Dataset entries:
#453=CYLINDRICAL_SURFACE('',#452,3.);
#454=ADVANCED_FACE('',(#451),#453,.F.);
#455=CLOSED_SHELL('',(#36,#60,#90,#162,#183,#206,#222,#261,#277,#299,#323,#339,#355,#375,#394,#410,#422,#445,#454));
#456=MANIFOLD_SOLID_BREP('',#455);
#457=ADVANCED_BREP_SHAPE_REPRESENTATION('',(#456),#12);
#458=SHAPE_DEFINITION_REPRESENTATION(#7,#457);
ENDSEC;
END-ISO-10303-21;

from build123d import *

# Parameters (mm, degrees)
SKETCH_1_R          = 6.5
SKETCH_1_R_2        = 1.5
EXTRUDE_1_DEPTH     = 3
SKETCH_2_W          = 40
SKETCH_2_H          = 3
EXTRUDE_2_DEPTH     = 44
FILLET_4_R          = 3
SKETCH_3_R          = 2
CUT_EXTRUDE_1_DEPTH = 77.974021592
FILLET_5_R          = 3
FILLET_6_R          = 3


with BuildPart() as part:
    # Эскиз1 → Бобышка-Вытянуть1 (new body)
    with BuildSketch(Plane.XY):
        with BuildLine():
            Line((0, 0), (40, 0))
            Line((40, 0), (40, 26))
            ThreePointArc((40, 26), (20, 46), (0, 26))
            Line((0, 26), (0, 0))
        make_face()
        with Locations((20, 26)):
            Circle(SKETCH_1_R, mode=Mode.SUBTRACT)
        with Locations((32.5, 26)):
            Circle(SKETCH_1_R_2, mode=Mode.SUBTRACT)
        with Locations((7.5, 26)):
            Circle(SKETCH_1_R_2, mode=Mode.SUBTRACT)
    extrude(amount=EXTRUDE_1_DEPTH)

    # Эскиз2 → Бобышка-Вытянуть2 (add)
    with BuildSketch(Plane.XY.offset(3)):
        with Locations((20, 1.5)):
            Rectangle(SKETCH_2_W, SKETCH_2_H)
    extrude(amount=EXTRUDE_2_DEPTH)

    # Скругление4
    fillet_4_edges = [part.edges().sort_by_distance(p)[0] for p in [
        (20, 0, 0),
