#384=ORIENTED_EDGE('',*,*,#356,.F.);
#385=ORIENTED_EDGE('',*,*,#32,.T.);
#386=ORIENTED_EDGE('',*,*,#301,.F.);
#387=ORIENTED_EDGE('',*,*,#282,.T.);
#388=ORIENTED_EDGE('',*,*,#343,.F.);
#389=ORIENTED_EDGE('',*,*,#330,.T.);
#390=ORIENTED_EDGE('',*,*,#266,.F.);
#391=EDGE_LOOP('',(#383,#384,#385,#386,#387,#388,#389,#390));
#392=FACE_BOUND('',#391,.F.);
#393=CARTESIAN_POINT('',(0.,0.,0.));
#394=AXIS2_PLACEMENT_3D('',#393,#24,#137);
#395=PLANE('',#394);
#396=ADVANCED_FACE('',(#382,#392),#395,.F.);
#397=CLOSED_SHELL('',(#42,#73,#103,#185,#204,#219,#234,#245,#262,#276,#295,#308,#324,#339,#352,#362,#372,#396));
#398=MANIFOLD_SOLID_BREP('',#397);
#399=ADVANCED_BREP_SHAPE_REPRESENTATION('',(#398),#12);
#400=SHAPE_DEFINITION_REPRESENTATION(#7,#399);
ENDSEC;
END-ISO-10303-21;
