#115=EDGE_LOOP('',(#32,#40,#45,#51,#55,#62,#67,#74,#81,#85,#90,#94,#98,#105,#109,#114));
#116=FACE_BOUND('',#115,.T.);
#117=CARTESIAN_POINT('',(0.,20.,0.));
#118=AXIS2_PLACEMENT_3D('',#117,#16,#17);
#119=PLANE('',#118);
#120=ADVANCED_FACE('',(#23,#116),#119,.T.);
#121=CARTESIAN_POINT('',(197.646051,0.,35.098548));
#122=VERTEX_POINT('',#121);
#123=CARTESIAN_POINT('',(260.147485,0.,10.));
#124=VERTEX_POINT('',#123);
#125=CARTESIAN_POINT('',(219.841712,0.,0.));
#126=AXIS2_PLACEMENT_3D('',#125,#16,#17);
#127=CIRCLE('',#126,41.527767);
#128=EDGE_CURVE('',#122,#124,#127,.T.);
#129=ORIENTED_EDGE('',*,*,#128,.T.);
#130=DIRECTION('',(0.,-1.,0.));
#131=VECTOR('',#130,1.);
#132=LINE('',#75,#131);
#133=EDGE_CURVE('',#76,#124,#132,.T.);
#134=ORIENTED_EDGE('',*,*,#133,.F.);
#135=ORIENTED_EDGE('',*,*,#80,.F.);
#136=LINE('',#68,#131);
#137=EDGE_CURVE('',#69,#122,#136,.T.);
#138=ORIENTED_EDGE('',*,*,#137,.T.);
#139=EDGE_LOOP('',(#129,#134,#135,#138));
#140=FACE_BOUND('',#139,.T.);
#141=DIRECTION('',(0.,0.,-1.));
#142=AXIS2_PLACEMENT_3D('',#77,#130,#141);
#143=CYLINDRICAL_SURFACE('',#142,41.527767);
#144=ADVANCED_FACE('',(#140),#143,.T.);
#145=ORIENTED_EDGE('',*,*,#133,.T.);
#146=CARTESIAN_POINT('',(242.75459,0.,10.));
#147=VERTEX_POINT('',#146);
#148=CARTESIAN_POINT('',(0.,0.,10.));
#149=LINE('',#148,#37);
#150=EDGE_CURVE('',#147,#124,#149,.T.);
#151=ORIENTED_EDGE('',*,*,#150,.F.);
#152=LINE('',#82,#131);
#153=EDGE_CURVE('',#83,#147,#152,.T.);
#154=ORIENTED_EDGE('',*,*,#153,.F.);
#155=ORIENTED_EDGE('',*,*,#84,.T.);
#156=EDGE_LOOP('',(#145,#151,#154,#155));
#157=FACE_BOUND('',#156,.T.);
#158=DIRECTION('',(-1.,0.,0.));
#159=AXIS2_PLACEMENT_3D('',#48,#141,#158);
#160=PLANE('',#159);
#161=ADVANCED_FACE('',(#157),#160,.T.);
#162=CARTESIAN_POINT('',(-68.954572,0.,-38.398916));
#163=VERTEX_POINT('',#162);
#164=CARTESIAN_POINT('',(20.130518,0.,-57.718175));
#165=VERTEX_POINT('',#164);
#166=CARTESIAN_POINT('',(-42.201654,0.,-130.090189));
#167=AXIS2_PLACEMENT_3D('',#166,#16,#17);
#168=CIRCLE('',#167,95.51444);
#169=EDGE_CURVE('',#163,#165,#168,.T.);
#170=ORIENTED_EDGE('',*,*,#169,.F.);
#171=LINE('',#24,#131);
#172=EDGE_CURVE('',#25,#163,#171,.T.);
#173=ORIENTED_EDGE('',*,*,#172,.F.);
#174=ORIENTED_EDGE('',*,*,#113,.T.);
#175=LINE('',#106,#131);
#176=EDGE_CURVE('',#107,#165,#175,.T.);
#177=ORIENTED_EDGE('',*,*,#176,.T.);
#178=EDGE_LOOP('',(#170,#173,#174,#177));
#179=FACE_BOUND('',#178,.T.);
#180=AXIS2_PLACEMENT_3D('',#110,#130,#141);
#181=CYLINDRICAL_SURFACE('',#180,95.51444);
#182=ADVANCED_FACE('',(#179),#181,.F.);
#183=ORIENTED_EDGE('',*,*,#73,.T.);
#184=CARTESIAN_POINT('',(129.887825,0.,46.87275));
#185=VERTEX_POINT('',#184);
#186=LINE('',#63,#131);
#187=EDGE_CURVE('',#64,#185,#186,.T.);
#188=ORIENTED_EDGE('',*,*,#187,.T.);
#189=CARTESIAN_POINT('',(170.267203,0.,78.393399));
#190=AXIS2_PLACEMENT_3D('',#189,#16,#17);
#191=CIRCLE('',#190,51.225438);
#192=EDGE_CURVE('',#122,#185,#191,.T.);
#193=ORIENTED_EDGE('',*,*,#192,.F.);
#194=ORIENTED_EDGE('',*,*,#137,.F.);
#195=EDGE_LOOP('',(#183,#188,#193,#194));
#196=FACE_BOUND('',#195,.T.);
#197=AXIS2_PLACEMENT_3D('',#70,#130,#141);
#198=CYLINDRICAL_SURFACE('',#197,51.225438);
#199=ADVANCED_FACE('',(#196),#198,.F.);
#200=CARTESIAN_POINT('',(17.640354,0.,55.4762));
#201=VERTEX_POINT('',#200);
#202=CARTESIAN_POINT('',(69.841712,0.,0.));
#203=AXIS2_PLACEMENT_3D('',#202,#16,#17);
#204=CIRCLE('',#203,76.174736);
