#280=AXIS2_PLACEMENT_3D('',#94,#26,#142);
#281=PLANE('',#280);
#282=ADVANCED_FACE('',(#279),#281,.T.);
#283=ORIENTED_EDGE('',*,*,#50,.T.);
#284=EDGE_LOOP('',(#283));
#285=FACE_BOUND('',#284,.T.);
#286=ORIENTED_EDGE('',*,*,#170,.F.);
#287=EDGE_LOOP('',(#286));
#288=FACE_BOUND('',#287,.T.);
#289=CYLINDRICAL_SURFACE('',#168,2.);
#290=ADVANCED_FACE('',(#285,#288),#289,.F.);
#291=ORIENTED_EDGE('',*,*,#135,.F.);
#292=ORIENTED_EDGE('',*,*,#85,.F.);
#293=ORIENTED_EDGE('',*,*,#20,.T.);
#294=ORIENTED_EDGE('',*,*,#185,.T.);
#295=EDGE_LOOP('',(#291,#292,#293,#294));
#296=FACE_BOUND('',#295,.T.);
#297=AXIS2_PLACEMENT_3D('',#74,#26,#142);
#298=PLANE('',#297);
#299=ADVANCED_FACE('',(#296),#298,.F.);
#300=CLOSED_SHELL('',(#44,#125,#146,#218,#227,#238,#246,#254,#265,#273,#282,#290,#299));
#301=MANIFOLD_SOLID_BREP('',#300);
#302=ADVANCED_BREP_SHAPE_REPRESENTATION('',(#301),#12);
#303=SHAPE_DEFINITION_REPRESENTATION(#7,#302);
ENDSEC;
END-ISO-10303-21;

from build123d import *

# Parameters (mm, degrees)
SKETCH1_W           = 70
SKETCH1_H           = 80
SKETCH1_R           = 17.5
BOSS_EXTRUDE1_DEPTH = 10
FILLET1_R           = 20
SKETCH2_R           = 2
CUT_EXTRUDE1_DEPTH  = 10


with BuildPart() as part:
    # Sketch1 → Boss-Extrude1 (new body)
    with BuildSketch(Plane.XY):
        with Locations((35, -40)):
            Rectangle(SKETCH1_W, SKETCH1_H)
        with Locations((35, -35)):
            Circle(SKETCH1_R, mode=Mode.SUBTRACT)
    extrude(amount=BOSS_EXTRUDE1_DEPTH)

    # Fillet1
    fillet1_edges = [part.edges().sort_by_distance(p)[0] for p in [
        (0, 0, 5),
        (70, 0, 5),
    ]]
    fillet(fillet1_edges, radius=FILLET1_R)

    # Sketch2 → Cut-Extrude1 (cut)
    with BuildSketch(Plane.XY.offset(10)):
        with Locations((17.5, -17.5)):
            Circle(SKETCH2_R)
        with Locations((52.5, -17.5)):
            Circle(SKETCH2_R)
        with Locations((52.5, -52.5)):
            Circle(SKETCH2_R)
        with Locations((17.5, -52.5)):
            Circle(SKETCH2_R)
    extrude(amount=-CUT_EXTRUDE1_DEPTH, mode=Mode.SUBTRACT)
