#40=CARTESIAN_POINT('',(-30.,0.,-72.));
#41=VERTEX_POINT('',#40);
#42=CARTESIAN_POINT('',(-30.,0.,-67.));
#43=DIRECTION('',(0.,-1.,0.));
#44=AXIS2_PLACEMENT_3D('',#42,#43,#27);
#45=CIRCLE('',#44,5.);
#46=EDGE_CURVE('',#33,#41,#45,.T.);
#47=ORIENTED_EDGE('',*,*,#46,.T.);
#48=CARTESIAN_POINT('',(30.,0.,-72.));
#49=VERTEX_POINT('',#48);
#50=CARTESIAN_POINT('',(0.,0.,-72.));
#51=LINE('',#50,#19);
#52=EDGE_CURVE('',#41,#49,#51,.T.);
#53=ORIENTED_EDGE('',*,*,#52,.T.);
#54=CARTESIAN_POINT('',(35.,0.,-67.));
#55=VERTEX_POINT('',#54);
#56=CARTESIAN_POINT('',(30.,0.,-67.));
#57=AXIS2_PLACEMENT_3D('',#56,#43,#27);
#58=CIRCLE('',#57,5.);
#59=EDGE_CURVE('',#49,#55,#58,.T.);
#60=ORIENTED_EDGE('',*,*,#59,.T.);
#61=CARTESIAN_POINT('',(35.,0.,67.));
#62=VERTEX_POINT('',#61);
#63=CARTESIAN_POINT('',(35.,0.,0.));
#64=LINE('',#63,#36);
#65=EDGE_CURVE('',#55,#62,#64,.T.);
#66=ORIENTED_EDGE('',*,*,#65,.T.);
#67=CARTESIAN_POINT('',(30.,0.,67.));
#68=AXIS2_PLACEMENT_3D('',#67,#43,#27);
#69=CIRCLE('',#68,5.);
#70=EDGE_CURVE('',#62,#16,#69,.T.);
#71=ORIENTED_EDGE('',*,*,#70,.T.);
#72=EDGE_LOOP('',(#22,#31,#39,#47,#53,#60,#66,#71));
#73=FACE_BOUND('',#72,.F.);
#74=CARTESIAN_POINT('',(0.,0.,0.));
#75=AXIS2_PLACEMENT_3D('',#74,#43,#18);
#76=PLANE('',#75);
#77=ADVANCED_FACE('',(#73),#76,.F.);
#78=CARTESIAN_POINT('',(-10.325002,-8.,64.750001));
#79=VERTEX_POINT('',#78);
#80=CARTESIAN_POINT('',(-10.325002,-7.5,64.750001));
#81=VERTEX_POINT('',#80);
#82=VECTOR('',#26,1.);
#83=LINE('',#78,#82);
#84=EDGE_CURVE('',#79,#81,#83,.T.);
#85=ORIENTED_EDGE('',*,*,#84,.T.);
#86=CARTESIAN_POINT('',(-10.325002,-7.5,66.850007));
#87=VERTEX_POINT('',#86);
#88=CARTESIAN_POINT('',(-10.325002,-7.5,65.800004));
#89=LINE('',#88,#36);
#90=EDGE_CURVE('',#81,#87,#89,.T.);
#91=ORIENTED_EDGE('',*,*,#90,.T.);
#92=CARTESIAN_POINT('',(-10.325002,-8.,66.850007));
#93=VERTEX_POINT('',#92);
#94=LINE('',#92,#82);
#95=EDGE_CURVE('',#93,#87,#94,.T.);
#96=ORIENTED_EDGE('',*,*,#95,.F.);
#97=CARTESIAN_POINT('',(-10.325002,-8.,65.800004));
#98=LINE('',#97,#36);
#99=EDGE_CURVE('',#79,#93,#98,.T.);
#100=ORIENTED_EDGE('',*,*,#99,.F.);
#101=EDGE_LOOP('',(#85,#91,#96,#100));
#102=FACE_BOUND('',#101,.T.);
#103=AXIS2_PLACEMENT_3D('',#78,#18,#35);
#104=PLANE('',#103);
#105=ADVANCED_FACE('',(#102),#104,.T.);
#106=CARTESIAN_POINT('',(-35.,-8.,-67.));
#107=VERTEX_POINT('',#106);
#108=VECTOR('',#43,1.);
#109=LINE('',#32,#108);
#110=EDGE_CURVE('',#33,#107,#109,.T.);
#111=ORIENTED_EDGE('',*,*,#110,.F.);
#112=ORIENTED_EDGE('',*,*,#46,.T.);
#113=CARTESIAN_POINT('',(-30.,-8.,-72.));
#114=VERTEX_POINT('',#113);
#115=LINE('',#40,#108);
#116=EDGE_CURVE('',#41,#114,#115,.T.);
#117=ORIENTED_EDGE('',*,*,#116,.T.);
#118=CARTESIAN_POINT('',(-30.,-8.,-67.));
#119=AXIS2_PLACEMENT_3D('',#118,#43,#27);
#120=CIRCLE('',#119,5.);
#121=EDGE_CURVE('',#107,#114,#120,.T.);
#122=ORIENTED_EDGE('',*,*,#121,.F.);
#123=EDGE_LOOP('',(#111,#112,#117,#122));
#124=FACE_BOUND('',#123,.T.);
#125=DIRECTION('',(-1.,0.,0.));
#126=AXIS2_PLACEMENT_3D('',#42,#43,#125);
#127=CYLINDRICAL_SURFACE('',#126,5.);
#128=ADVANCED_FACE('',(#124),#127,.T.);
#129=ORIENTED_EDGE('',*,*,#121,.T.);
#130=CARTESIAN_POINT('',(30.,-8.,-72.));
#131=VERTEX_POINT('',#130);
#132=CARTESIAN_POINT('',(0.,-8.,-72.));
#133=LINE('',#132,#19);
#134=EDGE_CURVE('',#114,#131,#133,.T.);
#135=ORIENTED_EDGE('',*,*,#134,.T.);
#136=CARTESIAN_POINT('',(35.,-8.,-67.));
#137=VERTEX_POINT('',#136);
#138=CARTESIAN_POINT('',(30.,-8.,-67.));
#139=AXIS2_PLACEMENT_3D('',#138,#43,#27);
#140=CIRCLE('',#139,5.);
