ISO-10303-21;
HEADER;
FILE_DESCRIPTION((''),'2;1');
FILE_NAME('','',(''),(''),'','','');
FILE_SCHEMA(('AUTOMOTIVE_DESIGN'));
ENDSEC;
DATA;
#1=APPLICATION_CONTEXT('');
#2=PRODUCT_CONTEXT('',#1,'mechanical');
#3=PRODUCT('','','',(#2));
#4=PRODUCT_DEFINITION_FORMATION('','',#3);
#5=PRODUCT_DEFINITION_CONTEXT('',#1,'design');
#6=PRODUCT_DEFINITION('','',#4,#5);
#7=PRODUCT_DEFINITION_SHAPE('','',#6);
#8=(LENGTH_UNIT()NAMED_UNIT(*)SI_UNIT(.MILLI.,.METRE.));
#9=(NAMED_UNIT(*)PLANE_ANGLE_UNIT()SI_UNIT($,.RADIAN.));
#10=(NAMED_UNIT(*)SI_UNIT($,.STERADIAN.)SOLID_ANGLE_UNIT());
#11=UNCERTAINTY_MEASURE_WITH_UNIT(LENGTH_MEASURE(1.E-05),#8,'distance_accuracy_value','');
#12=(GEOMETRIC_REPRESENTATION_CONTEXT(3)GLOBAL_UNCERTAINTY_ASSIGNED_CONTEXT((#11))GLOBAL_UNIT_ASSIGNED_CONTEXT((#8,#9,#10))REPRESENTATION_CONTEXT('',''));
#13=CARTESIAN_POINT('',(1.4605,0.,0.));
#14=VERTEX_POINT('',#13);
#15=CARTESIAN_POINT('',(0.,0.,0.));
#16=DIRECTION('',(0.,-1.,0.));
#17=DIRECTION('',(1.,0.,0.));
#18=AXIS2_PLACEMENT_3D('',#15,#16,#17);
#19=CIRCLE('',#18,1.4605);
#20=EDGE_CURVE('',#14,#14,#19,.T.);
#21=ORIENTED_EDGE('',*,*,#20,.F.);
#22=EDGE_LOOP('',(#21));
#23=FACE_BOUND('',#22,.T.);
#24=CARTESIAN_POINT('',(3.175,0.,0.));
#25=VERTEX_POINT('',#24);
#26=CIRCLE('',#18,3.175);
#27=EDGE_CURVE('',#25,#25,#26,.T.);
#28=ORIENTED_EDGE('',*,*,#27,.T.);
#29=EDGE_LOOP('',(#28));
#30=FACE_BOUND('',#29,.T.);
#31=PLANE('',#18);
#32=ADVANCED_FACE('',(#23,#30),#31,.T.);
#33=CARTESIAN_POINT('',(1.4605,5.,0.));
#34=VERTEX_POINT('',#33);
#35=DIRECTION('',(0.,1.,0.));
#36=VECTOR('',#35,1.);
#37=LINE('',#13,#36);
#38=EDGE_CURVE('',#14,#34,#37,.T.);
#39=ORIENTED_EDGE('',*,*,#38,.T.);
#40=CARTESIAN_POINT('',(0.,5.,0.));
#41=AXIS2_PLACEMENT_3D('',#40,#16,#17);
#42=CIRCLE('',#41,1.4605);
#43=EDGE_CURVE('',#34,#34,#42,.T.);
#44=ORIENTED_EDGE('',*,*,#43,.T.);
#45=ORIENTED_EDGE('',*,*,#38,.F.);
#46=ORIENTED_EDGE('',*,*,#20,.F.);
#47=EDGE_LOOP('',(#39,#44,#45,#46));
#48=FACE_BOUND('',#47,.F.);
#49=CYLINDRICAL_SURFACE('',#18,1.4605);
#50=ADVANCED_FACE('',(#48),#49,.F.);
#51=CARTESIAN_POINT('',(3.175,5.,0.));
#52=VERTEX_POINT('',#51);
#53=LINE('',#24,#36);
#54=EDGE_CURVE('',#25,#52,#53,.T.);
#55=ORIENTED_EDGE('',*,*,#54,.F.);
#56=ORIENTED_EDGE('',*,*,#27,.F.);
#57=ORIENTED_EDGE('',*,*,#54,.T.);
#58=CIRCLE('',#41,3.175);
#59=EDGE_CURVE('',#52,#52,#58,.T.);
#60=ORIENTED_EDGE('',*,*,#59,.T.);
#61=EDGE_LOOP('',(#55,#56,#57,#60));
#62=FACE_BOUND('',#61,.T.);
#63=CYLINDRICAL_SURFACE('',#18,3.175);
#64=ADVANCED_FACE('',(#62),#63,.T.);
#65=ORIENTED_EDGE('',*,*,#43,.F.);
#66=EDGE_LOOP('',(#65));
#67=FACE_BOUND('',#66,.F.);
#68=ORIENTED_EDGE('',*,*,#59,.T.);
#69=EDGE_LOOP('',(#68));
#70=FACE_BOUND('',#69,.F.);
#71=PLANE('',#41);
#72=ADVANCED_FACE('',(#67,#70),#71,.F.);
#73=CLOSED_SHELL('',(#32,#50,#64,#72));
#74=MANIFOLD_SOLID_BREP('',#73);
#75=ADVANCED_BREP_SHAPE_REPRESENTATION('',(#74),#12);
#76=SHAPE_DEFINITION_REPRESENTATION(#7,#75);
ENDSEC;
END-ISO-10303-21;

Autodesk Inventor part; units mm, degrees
ref_plane "YZ Plane" through (0, 0, 0) normal (1, 0, 0) x (0, 1, 0)
ref_plane "XZ Plane" through (0, 0, 0) normal (0, 1, 0) x (-1, 0, 0)
ref_plane "XY Plane" through (0, 0, 0) normal (0, 0, 1) x (1, 0, 0)
ref_plane "Work Plane1" through (0, 0, 0) normal (0, -1, 0) x (1, 0, 0)
sketch "Sketch1" plane through (0, 0, 0) normal (0, -1, 0) x (1, 0, 0)
  circle A0 centre (0, 0) radius 1.4605
  circle A1 centre (0, 0) radius 3.175
extrude "Extrusion1" add sketch "Sketch1" against normal blind 5
properties part number "plastic_standoff_10mm" material "PAEK Plastic"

■ **Exercise description**
Please output exactly the lines between the one holding "#399=ADVANCED_BREP_SHAPE_REPRESENTATION('',(#398),#12);" and the one holding "#127=CIRCLE('',#126,41.527767);" in the records above, inclusive, and nothing more.

■ **Response below**
#399=ADVANCED_BREP_SHAPE_REPRESENTATION('',(#398),#12);
#400=SHAPE_DEFINITION_REPRESENTATION(#7,#399);
ENDSEC;
END-ISO-10303-21;
#115=EDGE_LOOP('',(#32,#40,#45,#51,#55,#62,#67,#74,#81,#85,#90,#94,#98,#105,#109,#114));
#116=FACE_BOUND('',#115,.T.);
#117=CARTESIAN_POINT('',(0.,20.,0.));
#118=AXIS2_PLACEMENT_3D('',#117,#16,#17);
#119=PLANE('',#118);
#120=ADVANCED_FACE('',(#23,#116),#119,.T.);
#121=CARTESIAN_POINT('',(197.646051,0.,35.098548));
#122=VERTEX_POINT('',#121);
#123=CARTESIAN_POINT('',(260.147485,0.,10.));
#124=VERTEX_POINT('',#123);
#125=CARTESIAN_POINT('',(219.841712,0.,0.));
#126=AXIS2_PLACEMENT_3D('',#125,#16,#17);
#127=CIRCLE('',#126,41.527767);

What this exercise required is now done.